## Activity
Below are the entries; return every line among them that holds the word "with".

Available records START

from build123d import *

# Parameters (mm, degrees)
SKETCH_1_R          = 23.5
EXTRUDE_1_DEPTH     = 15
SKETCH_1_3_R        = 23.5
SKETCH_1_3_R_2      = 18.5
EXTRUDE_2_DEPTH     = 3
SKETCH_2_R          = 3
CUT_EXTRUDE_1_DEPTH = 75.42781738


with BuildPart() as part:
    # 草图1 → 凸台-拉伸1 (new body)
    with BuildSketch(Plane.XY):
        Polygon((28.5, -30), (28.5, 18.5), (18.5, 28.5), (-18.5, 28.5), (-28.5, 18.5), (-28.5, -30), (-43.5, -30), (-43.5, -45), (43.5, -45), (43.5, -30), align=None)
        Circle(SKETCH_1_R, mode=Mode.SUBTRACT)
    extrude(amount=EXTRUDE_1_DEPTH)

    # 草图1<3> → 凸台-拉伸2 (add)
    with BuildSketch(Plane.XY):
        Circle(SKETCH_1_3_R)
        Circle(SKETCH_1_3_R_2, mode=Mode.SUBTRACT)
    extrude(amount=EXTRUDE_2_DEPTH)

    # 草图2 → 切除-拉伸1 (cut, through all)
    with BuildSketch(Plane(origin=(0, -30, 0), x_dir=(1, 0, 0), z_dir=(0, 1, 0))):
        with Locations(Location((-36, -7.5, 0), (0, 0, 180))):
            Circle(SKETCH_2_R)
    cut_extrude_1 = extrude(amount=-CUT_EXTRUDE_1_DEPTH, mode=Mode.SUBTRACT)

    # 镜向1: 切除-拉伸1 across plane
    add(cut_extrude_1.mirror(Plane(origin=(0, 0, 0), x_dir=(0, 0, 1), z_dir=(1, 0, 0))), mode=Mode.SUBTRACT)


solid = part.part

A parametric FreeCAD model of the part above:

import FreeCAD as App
import Part
import Sketcher

V = App.Vector

doc = App.newDocument("Part")
params = doc.addObject("Spreadsheet::Sheet", "Params")
for row, (alias, value) in enumerate([
    ("sketch1_diameter", "47 mm"),
    ("sketch1_width", "37 mm"),
    ("sketch1_width2", "15 mm"),
    ("sketch1_width3", "87 mm"),
    ("sketch1_height", "48.5 mm"),
    ("pad1_length", "15 mm"),
    ("sketch2_diameter", "47 mm"),
    ("sketch2_diameter2", "37 mm"),
    ("pad2_length", "3 mm"),
    ("sketch3_diameter", "6 mm"),
], start=1):
    params.set(f"A{row}", alias)
    params.set(f"B{row}", "=" + value)
    params.setAlias(f"B{row}", alias)

body = doc.addObject("PartDesign::Body", "Body")

sketch1 = body.newObject("Sketcher::SketchObject", "Sketch")
sketch1.AttachmentSupport = (doc.getObject("XY_Plane"), [""])
sketch1.MapMode = "FlatFace"
sketch1.addGeometry([
    Part.LineSegment(V(28, -30, 0), V(28, 18, 0)),
    Part.LineSegment(V(28, 18, 0), V(18, 28, 0)),
    Part.LineSegment(V(18, 28, 0), V(-18, 28, 0)),
    Part.LineSegment(V(-18, 28, 0), V(-28, 18, 0)),
    Part.LineSegment(V(-28, 18, 0), V(-28, -30, 0)),
    Part.LineSegment(V(-28, -30, 0), V(-44, -30, 0)),
    Part.LineSegment(V(-44, -30, 0), V(-44, -45, 0)),
    Part.LineSegment(V(-44, -45, 0), V(44, -45, 0)),
    Part.LineSegment(V(44, -45, 0), V(44, -30, 0)),
    Part.LineSegment(V(44, -30, 0), V(28, -30, 0)),
    Part.Circle(V(0, 0, 0), V(0, 0, 1), 24),
], False)
sketch1.addConstraint([
    Sketcher.Constraint("Coincident", 0, 2, 1, 1),
    Sketcher.Constraint("Coincident", 1, 2, 2, 1),
    Sketcher.Constraint("Coincident", 2, 2, 3, 1),
    Sketcher.Constraint("Coincident", 3, 2, 4, 1),
    Sketcher.Constraint("Coincident", 4, 2, 5, 1),
    Sketcher.Constraint("Coincident", 5, 2, 6, 1),
    Sketcher.Constraint("Coincident", 6, 2, 7, 1),
    Sketcher.Constraint("Coincident", 7, 2, 8, 1),
    Sketcher.Constraint("Coincident", 8, 2, 9, 1),
    Sketcher.Constraint("Coincident", 9, 2, 0, 1),
    Sketcher.Constraint("Vertical", 0),
    Sketcher.Constraint("Horizontal", 2),
    Sketcher.Constraint("Vertical", 4),
    Sketcher.Constraint("Horizontal", 5),
    Sketcher.Constraint("Vertical", 6),
    Sketcher.Constraint("Horizontal", 7),
    Sketcher.Constraint("Vertical", 8),
    Sketcher.Constraint("Horizontal", 9),
    Sketcher.Constraint("Coincident", 10, 3, -1, 1),
    Sketcher.Constraint("Symmetric", 0, 2, 3, 2, -2),
    Sketcher.Constraint("Symmetric", 5, 2, 8, 2, -2),
    Sketcher.Constraint("Perpendicular", 1, 3),
    Sketcher.Constraint("Equal", 9, 6),
    Sketcher.Constraint("Equal", 1, 3),
    Sketcher.Constraint("Diameter", 10, 47.0),
    Sketcher.Constraint("DistanceX", 2, 2, 2, 1, 37.0),
    Sketcher.Constraint("DistanceX", 5, 2, 5, 1, 15.0),
    Sketcher.Constraint("DistanceX", 7, 1, 7, 2, 87.0),
    Sketcher.Constraint("DistanceY", 0, 1, 0, 2, 48.5),
    Sketcher.Constraint("DistanceY", 4, 2, -1, 1, 30.0),
])
sketch1.setExpression("Constraints[24]", "Params.sketch1_diameter")
sketch1.setExpression("Constraints[25]", "Params.sketch1_width")
sketch1.setExpression("Constraints[26]", "Params.sketch1_width2")
sketch1.setExpression("Constraints[27]", "Params.sketch1_width3")
sketch1.setExpression("Constraints[28]", "Params.sketch1_height")
pad1 = body.newObject("PartDesign::Pad", "Pad")
pad1.Profile = sketch1
pad1.setExpression("Length", "Params.pad1_length")

sketch2 = body.newObject("Sketcher::SketchObject", "Sketch001")
sketch2.AttachmentSupport = (doc.getObject("XY_Plane"), [""])
sketch2.MapMode = "FlatFace"
sketch2.addGeometry([
    Part.Circle(V(0, 0, 0), V(0, 0, 1), 24),
    Part.Circle(V(0, 0, 0), V(0, 0, 1), 18),
], False)
sketch2.addConstraint([
    Sketcher.Constraint("Coincident", 0, 3, -1, 1),
    Sketcher.Constraint("Coincident", 1, 3, -1, 1),
    Sketcher.Constraint("Diameter", 0, 47.0),
    Sketcher.Constraint("Diameter", 1, 37.0),
])
sketch2.setExpression("Constraints[2]", "Params.sketch2_diameter")
sketch2.setExpression("Constraints[3]", "Params.sketch2_diameter2")
pad2 = body.newObject("PartDesign::Pad", "Pad001")
pad2.Profile = sketch2
pad2.setExpression("Length", "Params.pad2_length")

sketch3 = body.newObject("Sketcher::SketchObject", "Sketch002")
sketch3.AttachmentSupport = (doc.getObject("XZ_Plane"), [""])
sketch3.MapMode = "FlatFace"
sketch3.AttachmentOffset = App.Placement(V(0, 0, 30), App.Rotation())
sketch3.addGeometry(Part.Circle(V(-36, 7.5, 0), V(0, 0, 1), 3), False)
sketch3.addConstraint([
    Sketcher.Constraint("Diameter", 0, 6.0),
    Sketcher.Constraint("DistanceX", 0, 3, -1, 1, 36.0),
    Sketcher.Constraint("DistanceY", -1, 1, 0, 3, 7.5),
])
sketch3.setExpression("Constraints[0]", "Params.sketch3_diameter")
pocket1 = body.newObject("PartDesign::Pocket", "Pocket")
pocket1.Profile = sketch3
pocket1.Type = "ThroughAll"
pocket1.Reversed = True
doc.recompute()

mirrored = body.newObject("PartDesign::Mirrored", "Mirrored")
mirrored.Originals = [pocket1]
mirrored.MirrorPlane = (doc.getObject("YZ_Plane"), [""])
body.Tip = mirrored

doc.recompute()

Available records END

## Exercise result
with BuildPart() as part:
    with BuildSketch(Plane.XY):
    with BuildSketch(Plane.XY):
    with BuildSketch(Plane(origin=(0, -30, 0), x_dir=(1, 0, 0), z_dir=(0, 1, 0))):
        with Locations(Location((-36, -7.5, 0), (0, 0, 180))):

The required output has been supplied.